The Daily Caller spoke with a bunch of conservative writers who identify themselves as serious baseball fans and asked them “what draws the conservative mind to the sport.”
Among the responders were Fred Schwarz, Daniel Foster and Rich Lowry of National review, Charles Krauthammer and they threw in some older quotes from George Will for spice. The upshot: baseball is slow, it doesn’t change much and, according to Schwarz anyway, “it has
more of a laws-and-not-men vibe, in the sense that penalties or fouls
or violations called by officials play a much smaller role in baseball
than they do in football, basketball, or hockey.”
Not sure I buy that last one inasmuch as every single pitch in baseball entails a judgment call that is subjective in practice, even if it isn’t in theory. But yeah, I’ve heard all of these things before as I’m sure some of the rest of you have too.
Here’s my thing on baseball and politics: it’s an almost total escape from that stuff. Sure, there are some political considerations that go into how you feel about labor issues, finances and maybe even PEDs, but as far as the game itself is concerned, politics is almost wholly irrelevant, at least compared to almost any other walk of life.
It’s anecdotal, but here’s an example: While I greatly exaggerate my flamin’ pink liberalness for comedic effect at times, I’m definitely a lefty on most issues. It’s just how I roll. The Baseball Crank, Dan McLaughlin, is about the staunchest conservative who has ever crossed my path in the baseball world. We both get political on Twitter from time to time (he has a far more professional interest in it than I do, however) and I dare say we disagree about 95% of the time when it comes to politics and policy and stuff. Add this to the mix: he’s a Mets fan.

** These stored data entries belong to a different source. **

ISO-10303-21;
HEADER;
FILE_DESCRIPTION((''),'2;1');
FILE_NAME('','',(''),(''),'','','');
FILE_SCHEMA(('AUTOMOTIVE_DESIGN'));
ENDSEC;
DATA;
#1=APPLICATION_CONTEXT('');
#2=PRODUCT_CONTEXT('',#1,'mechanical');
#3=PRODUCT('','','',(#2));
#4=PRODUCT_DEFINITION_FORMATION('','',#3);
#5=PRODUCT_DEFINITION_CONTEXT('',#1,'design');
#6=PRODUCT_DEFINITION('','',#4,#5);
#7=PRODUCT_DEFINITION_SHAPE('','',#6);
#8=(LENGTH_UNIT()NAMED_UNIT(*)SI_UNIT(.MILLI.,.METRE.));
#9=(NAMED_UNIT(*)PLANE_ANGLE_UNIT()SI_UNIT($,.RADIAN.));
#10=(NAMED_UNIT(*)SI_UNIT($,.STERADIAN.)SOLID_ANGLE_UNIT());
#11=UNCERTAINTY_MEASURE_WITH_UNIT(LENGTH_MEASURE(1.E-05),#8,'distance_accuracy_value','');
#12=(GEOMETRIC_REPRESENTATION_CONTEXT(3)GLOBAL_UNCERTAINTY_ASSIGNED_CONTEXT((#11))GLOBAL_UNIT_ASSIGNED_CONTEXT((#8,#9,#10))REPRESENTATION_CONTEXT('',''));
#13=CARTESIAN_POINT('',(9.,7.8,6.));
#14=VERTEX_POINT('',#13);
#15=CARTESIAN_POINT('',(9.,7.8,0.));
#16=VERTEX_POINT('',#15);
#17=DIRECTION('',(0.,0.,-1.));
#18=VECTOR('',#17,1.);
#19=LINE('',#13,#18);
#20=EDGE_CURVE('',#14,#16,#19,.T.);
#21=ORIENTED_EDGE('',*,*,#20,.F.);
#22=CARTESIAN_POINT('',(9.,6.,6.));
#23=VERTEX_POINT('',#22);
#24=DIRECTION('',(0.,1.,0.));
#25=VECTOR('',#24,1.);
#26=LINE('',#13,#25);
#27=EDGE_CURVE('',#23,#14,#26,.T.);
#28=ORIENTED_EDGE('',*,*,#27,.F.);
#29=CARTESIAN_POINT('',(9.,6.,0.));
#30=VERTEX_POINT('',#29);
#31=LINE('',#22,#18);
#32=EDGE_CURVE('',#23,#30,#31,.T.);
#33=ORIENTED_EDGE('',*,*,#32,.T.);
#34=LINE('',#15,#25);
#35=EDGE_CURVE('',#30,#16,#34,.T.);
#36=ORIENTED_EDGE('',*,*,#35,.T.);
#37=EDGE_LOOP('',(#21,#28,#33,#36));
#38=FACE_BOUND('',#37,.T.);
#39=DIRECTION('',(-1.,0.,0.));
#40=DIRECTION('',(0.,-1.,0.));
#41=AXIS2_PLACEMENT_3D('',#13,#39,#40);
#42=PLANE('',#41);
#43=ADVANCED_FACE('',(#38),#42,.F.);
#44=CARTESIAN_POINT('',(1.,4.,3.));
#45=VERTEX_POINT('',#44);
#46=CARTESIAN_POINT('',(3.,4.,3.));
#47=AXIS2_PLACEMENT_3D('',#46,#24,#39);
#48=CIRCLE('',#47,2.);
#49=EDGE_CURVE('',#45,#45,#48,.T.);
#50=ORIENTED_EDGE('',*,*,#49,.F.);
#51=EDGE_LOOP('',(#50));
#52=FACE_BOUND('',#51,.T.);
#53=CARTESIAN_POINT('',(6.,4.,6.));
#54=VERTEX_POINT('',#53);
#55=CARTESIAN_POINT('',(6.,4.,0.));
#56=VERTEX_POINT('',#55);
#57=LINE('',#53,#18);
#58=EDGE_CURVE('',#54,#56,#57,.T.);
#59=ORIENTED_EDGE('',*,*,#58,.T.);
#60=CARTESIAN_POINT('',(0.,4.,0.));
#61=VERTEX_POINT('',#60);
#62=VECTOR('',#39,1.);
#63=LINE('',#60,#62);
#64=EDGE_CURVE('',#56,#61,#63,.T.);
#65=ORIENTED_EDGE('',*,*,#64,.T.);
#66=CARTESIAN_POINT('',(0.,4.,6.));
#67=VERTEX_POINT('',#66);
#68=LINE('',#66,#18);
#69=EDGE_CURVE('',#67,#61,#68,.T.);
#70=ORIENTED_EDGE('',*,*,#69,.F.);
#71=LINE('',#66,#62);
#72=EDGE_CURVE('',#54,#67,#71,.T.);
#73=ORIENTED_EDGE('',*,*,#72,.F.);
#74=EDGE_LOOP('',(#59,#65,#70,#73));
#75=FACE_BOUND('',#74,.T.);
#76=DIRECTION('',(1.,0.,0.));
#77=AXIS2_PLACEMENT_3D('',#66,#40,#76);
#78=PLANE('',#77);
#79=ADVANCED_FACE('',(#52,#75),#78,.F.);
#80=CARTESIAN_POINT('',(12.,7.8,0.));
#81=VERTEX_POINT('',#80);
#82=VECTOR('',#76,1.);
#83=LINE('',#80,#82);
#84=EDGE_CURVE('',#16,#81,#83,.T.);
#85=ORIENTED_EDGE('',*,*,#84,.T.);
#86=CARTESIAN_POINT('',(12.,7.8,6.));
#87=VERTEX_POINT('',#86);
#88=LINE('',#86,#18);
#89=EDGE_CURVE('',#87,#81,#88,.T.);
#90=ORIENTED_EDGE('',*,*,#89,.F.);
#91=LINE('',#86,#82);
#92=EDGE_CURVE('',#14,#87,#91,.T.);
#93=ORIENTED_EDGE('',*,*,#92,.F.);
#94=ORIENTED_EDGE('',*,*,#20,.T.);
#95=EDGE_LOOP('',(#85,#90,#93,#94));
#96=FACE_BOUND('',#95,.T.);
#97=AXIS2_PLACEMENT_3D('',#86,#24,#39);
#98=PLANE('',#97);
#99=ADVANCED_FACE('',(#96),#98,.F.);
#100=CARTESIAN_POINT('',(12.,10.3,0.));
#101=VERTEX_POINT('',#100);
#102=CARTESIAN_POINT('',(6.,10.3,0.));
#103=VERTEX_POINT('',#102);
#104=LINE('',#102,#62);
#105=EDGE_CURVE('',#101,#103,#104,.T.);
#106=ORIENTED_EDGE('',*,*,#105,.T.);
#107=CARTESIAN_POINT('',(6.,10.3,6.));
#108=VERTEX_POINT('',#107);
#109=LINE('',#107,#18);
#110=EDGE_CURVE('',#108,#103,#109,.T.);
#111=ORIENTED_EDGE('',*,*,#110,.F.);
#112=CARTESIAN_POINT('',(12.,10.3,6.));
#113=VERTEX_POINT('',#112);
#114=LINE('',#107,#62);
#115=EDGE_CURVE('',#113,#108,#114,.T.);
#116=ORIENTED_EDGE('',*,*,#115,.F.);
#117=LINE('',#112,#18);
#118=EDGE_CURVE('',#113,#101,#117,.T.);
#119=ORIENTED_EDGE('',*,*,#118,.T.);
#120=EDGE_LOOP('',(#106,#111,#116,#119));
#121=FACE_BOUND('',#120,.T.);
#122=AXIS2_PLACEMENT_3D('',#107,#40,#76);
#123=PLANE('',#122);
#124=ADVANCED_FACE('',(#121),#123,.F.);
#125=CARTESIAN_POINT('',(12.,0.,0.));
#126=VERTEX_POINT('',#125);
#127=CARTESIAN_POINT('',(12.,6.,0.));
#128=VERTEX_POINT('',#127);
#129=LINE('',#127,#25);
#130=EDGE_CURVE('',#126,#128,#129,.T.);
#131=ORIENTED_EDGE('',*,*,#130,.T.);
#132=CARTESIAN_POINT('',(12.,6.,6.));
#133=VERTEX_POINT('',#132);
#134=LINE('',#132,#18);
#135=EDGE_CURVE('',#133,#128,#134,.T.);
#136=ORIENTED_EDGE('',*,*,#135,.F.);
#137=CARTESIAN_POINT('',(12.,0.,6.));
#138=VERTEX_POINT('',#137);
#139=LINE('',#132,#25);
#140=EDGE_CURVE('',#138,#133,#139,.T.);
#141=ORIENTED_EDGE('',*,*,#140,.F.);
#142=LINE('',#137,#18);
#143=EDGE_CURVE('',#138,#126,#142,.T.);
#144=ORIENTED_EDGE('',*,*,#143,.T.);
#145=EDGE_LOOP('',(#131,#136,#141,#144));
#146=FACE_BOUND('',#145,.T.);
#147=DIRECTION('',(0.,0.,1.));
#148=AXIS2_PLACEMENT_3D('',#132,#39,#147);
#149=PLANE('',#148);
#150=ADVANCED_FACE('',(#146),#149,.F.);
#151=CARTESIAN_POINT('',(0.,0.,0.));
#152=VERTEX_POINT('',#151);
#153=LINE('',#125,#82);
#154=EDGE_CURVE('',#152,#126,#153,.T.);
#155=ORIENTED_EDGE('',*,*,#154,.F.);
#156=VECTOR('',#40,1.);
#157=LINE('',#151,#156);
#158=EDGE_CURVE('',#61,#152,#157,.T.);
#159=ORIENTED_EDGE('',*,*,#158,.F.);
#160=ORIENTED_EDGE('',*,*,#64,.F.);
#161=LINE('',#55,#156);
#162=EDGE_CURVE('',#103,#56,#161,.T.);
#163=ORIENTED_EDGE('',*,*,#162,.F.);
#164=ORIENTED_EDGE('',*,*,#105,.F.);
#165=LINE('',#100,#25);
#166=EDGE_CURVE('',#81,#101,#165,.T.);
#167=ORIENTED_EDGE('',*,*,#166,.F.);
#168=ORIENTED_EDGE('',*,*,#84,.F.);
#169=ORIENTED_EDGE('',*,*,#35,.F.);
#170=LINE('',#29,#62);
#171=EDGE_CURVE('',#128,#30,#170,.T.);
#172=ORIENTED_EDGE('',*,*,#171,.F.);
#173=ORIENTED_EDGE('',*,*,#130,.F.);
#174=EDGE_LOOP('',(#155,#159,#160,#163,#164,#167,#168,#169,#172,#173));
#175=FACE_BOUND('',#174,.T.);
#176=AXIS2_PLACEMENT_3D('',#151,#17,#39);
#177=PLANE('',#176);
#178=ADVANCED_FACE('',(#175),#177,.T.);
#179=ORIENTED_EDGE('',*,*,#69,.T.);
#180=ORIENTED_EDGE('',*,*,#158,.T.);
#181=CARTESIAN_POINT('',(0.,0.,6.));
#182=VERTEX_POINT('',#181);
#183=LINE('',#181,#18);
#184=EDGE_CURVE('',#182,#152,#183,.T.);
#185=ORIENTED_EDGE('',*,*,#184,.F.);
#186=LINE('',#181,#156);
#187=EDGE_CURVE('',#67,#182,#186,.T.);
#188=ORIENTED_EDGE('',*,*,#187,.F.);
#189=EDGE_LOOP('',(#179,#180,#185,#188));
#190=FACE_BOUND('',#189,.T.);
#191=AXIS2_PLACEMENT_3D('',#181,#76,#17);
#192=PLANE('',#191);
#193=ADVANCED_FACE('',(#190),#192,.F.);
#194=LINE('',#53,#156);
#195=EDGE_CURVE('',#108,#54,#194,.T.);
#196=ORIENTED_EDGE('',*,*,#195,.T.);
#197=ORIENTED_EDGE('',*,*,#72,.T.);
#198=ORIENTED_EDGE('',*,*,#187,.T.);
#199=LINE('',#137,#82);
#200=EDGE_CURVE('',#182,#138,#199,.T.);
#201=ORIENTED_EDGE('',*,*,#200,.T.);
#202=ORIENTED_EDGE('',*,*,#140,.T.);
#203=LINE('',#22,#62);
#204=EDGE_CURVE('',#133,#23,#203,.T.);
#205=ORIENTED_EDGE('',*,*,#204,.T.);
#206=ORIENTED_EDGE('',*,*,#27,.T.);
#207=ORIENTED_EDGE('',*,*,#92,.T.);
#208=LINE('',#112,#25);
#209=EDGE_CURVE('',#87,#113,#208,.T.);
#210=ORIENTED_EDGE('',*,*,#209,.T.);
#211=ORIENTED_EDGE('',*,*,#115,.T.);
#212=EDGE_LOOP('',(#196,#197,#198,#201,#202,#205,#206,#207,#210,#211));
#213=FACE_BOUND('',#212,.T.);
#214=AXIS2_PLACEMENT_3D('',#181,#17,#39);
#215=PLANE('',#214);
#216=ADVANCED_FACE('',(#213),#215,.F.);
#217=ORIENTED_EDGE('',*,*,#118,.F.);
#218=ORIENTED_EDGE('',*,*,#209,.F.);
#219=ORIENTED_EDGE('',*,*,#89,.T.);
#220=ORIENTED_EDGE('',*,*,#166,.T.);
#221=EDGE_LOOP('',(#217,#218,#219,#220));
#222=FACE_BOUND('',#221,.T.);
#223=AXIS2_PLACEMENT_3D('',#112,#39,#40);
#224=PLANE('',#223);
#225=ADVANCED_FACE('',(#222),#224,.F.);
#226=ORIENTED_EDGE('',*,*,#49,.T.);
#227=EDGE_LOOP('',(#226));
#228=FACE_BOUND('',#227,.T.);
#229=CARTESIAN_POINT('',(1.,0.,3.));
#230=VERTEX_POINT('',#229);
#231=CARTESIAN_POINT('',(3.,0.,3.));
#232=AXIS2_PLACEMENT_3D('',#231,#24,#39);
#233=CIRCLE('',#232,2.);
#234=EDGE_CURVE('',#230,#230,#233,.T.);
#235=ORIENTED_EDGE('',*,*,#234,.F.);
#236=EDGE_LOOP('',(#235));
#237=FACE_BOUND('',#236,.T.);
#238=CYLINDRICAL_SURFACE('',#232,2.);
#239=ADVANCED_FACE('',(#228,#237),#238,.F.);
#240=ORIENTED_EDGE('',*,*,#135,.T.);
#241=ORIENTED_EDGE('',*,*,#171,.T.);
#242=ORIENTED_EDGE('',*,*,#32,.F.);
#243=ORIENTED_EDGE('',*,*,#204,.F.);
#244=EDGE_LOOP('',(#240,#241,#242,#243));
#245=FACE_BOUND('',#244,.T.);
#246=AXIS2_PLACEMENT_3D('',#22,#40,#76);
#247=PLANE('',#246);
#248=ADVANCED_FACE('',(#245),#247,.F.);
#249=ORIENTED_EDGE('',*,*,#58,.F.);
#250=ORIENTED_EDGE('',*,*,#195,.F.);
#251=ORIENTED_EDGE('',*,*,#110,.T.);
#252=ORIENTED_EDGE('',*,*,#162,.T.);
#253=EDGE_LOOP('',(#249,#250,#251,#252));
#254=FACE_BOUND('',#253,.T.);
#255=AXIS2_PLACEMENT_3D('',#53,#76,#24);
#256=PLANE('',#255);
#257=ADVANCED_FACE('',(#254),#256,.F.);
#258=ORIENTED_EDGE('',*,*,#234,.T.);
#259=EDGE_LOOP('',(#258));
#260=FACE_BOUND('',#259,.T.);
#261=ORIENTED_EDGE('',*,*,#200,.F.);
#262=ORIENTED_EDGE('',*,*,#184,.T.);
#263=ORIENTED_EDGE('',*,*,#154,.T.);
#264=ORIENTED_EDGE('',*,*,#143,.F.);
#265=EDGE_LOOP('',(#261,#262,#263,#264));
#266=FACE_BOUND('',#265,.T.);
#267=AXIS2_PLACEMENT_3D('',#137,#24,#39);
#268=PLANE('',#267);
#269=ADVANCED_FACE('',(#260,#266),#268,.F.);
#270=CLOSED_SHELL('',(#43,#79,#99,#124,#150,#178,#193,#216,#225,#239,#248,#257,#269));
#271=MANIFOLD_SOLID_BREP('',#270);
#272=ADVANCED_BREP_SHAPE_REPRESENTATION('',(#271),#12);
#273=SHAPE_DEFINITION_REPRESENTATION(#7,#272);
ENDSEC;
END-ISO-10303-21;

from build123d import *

# Parameters (mm, degrees)
EXTRUDE_1_DEPTH     = 6
SKETCH_2_R          = 2
CUT_EXTRUDE_1_DEPTH = 5


with BuildPart() as part:
    # Эскиз1 → Бобышка-Вытянуть1 (new body)
    with BuildSketch(Plane.XY):
        Polygon((0, 0), (0, 4), (6, 4), (6, 10.3), (12, 10.3), (12, 7.8), (9, 7.8), (9, 6), (12, 6), (12, 0), align=None)
    extrude(amount=EXTRUDE_1_DEPTH)

    # Эскиз2 → Вырез-Вытянуть1 (cut, through all)
    with BuildSketch(Plane(origin=(0, 4, 0), x_dir=(1, 0, 0), z_dir=(0, 1, 0))):
        with Locations((3, -3)):
            Circle(SKETCH_2_R)
    extrude(amount=-CUT_EXTRUDE_1_DEPTH, mode=Mode.SUBTRACT)


solid = part.part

But he’s a baseball fan and I’m a baseball fan. He’s also a baseball analyst whose analysis I agree with approximately 95% of the time. I’ve never met him in person, but I am certain that if he and I went to a ballgame together we’d have a hell of a time. At least if we made a rule not to talk about mosque location theory, tax policy, gay marriage and stuff like that.
Which is to say that I don’t think baseball lends itself to the conservative disposition or the liberal disposition any more so than it does the other. To the extent anyone thinks it does, they’re likely the kind of person who strains to see the political in everything, and those people are freakin’ nuts to begin with.
Like the man said: “it’s our game. The American, Asian and increasingly European game.” Well, he didn’t say that, actually, but he would today because, while partisans of every stripe like to claim that they’re truly speaking for the masses, baseball is the biggest damn tent there is.